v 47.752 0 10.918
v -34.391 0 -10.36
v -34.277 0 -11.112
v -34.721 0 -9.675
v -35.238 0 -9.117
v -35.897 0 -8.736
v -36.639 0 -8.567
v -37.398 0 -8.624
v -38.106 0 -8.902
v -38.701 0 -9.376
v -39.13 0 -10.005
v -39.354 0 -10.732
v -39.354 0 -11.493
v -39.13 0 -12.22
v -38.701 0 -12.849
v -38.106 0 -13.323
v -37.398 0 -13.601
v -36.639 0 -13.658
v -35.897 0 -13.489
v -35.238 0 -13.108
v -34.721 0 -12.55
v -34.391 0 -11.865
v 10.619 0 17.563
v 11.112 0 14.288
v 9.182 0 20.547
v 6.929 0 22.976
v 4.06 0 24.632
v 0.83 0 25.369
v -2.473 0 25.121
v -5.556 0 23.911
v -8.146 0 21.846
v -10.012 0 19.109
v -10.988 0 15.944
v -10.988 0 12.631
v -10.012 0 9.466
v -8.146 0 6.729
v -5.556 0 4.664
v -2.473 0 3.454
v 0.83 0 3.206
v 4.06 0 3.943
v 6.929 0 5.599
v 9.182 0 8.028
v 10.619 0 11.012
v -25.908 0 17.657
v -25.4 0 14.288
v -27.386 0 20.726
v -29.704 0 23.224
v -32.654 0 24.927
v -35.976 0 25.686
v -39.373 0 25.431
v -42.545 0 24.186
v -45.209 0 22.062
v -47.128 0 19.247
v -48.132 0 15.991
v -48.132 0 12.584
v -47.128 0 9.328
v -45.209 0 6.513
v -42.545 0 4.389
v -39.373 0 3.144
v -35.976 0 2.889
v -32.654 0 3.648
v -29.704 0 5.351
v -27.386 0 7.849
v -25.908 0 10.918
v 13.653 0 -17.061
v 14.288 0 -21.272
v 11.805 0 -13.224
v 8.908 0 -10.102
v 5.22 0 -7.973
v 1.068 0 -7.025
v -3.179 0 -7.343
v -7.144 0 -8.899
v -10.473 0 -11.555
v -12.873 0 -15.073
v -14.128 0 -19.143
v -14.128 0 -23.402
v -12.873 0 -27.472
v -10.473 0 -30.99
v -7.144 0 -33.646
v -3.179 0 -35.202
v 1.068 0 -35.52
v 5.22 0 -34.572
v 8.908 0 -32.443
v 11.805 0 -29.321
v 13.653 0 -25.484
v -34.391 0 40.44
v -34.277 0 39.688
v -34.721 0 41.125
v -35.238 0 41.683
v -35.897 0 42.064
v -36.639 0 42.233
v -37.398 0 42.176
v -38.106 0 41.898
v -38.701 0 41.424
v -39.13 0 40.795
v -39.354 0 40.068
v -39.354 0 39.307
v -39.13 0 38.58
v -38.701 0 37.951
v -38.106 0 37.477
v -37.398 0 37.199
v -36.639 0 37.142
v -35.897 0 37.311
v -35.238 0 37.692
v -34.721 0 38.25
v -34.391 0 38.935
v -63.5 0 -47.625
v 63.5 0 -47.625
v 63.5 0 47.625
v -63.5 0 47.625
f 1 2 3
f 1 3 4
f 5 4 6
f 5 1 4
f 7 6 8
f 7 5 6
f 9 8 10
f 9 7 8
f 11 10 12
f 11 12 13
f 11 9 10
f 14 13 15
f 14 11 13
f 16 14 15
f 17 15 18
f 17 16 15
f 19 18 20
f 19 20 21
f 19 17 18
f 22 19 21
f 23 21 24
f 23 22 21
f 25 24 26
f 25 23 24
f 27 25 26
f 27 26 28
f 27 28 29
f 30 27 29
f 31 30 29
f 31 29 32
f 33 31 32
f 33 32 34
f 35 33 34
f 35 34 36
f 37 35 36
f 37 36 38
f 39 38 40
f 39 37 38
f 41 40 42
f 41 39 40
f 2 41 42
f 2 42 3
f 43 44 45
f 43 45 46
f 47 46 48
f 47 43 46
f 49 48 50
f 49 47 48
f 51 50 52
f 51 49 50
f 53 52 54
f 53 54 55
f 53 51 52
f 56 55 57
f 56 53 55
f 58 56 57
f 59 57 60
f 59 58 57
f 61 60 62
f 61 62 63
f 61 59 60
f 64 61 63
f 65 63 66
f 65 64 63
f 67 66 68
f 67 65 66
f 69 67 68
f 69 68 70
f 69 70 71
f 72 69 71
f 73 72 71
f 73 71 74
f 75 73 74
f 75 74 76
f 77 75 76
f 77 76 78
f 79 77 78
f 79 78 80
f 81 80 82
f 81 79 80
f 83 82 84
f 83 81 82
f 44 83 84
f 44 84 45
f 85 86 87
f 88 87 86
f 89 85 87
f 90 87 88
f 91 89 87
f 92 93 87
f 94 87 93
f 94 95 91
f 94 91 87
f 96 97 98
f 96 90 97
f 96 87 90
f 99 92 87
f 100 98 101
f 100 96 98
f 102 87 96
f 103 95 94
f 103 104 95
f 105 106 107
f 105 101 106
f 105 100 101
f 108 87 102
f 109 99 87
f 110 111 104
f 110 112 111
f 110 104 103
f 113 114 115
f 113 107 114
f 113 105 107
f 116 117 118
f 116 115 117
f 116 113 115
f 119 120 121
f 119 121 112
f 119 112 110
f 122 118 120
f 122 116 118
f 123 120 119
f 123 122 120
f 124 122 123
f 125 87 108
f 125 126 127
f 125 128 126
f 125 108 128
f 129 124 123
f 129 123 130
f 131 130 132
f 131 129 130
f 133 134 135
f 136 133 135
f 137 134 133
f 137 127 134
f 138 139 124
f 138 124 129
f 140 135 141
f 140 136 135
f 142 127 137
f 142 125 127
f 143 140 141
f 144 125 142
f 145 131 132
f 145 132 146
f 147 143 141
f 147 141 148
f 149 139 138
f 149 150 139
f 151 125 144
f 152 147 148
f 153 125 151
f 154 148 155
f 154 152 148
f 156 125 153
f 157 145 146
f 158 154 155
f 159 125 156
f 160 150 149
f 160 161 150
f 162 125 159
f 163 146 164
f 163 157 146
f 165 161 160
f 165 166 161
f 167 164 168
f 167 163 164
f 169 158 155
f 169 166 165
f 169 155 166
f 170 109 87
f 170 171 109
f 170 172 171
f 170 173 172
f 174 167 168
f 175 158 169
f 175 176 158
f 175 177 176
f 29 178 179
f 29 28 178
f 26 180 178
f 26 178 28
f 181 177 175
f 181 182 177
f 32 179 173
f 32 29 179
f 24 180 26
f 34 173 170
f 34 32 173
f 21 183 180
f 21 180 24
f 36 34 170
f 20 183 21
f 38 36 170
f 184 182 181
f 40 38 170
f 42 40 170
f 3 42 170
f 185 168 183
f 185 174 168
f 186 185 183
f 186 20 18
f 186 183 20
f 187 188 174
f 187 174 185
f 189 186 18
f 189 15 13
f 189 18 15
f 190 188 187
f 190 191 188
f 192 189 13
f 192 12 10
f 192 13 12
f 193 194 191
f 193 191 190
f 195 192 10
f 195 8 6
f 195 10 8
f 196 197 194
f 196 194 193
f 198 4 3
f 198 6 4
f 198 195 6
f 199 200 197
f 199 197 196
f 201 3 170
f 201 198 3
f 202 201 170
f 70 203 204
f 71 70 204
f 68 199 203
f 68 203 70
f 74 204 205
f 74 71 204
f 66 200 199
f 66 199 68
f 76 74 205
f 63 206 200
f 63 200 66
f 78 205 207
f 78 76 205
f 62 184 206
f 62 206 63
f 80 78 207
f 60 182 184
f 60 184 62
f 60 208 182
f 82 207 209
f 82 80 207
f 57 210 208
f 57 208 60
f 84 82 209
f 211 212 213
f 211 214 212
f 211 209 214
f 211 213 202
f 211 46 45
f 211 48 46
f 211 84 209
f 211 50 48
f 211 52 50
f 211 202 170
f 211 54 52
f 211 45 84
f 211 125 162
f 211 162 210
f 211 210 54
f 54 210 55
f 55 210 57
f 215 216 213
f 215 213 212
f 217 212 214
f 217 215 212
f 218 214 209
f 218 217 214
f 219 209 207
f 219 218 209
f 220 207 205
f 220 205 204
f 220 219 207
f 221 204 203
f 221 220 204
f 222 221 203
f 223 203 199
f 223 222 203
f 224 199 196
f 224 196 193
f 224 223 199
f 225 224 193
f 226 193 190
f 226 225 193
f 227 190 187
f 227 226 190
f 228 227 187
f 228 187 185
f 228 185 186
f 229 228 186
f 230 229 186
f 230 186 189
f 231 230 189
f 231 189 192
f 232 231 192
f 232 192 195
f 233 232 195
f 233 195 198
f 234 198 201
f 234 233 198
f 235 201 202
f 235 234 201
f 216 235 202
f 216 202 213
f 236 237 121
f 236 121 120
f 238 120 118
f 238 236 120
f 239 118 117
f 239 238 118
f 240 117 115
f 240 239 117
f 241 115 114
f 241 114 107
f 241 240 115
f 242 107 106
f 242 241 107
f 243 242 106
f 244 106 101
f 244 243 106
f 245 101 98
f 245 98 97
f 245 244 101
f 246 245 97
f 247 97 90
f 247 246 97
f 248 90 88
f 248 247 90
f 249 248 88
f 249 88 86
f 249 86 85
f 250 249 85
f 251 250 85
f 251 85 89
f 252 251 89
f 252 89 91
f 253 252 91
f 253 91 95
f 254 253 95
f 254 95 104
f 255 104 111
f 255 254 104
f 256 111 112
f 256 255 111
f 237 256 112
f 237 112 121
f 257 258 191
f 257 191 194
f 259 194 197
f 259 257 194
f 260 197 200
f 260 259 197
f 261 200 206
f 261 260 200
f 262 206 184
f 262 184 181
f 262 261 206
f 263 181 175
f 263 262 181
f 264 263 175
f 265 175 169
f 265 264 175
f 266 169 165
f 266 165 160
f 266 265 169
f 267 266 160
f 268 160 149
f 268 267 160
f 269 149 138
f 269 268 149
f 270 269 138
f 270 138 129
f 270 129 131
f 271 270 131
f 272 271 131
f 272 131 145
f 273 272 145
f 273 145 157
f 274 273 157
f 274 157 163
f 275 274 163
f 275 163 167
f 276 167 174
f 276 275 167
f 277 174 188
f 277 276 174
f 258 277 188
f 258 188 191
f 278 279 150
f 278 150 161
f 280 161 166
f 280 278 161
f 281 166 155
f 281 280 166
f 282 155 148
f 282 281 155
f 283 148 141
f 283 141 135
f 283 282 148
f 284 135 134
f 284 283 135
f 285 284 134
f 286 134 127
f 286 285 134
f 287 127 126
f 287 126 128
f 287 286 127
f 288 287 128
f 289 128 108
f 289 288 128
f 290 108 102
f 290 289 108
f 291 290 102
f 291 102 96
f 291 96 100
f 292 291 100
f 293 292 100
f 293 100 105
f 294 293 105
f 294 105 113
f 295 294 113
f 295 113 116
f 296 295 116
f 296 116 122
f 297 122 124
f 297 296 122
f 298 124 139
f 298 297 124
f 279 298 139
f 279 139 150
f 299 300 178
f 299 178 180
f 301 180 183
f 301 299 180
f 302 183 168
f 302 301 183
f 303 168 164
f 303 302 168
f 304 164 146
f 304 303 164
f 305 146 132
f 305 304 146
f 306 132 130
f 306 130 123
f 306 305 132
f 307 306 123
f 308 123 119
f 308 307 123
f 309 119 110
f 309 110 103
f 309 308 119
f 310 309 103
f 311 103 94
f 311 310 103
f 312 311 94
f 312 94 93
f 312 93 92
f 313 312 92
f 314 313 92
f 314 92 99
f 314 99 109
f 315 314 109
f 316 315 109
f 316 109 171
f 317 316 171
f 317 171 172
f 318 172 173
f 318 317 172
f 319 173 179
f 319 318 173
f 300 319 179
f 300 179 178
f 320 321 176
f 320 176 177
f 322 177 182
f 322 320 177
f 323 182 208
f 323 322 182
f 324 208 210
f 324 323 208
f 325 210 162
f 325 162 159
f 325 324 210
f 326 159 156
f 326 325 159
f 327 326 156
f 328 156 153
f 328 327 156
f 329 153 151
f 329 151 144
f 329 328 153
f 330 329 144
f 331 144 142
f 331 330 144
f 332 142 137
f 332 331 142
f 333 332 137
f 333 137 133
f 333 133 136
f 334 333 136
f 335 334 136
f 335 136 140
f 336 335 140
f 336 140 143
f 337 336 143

§ §

TASK REQUIREMENTS. In the entries above, find the line with "f 133 134 135" and the line with "f 202 201 170", then restate word for word both of them and every line between, with nothing more.

SOLUTION.
f 133 134 135
f 136 133 135
f 137 134 133
f 137 127 134
f 138 139 124
f 138 124 129
f 140 135 141
f 140 136 135
f 142 127 137
f 142 125 127
f 143 140 141
f 144 125 142
f 145 131 132
f 145 132 146
f 147 143 141
f 147 141 148
f 149 139 138
f 149 150 139
f 151 125 144
f 152 147 148
f 153 125 151
f 154 148 155
f 154 152 148
f 156 125 153
f 157 145 146
f 158 154 155
f 159 125 156
f 160 150 149
f 160 161 150
f 162 125 159
f 163 146 164
f 163 157 146
f 165 161 160
f 165 166 161
f 167 164 168
f 167 163 164
f 169 158 155
f 169 166 165
f 169 155 166
f 170 109 87
f 170 171 109
f 170 172 171
f 170 173 172
f 174 167 168
f 175 158 169
f 175 176 158
f 175 177 176
f 29 178 179
f 29 28 178
f 26 180 178
f 26 178 28
f 181 177 175
f 181 182 177
f 32 179 173
f 32 29 179
f 24 180 26
f 34 173 170
f 34 32 173
f 21 183 180
f 21 180 24
f 36 34 170
f 20 183 21
f 38 36 170
f 184 182 181
f 40 38 170
f 42 40 170
f 3 42 170
f 185 168 183
f 185 174 168
f 186 185 183
f 186 20 18
f 186 183 20
f 187 188 174
f 187 174 185
f 189 186 18
f 189 15 13
f 189 18 15
f 190 188 187
f 190 191 188
f 192 189 13
f 192 12 10
f 192 13 12
f 193 194 191
f 193 191 190
f 195 192 10
f 195 8 6
f 195 10 8
f 196 197 194
f 196 194 193
f 198 4 3
f 198 6 4
f 198 195 6
f 199 200 197
f 199 197 196
f 201 3 170
f 201 198 3
f 202 201 170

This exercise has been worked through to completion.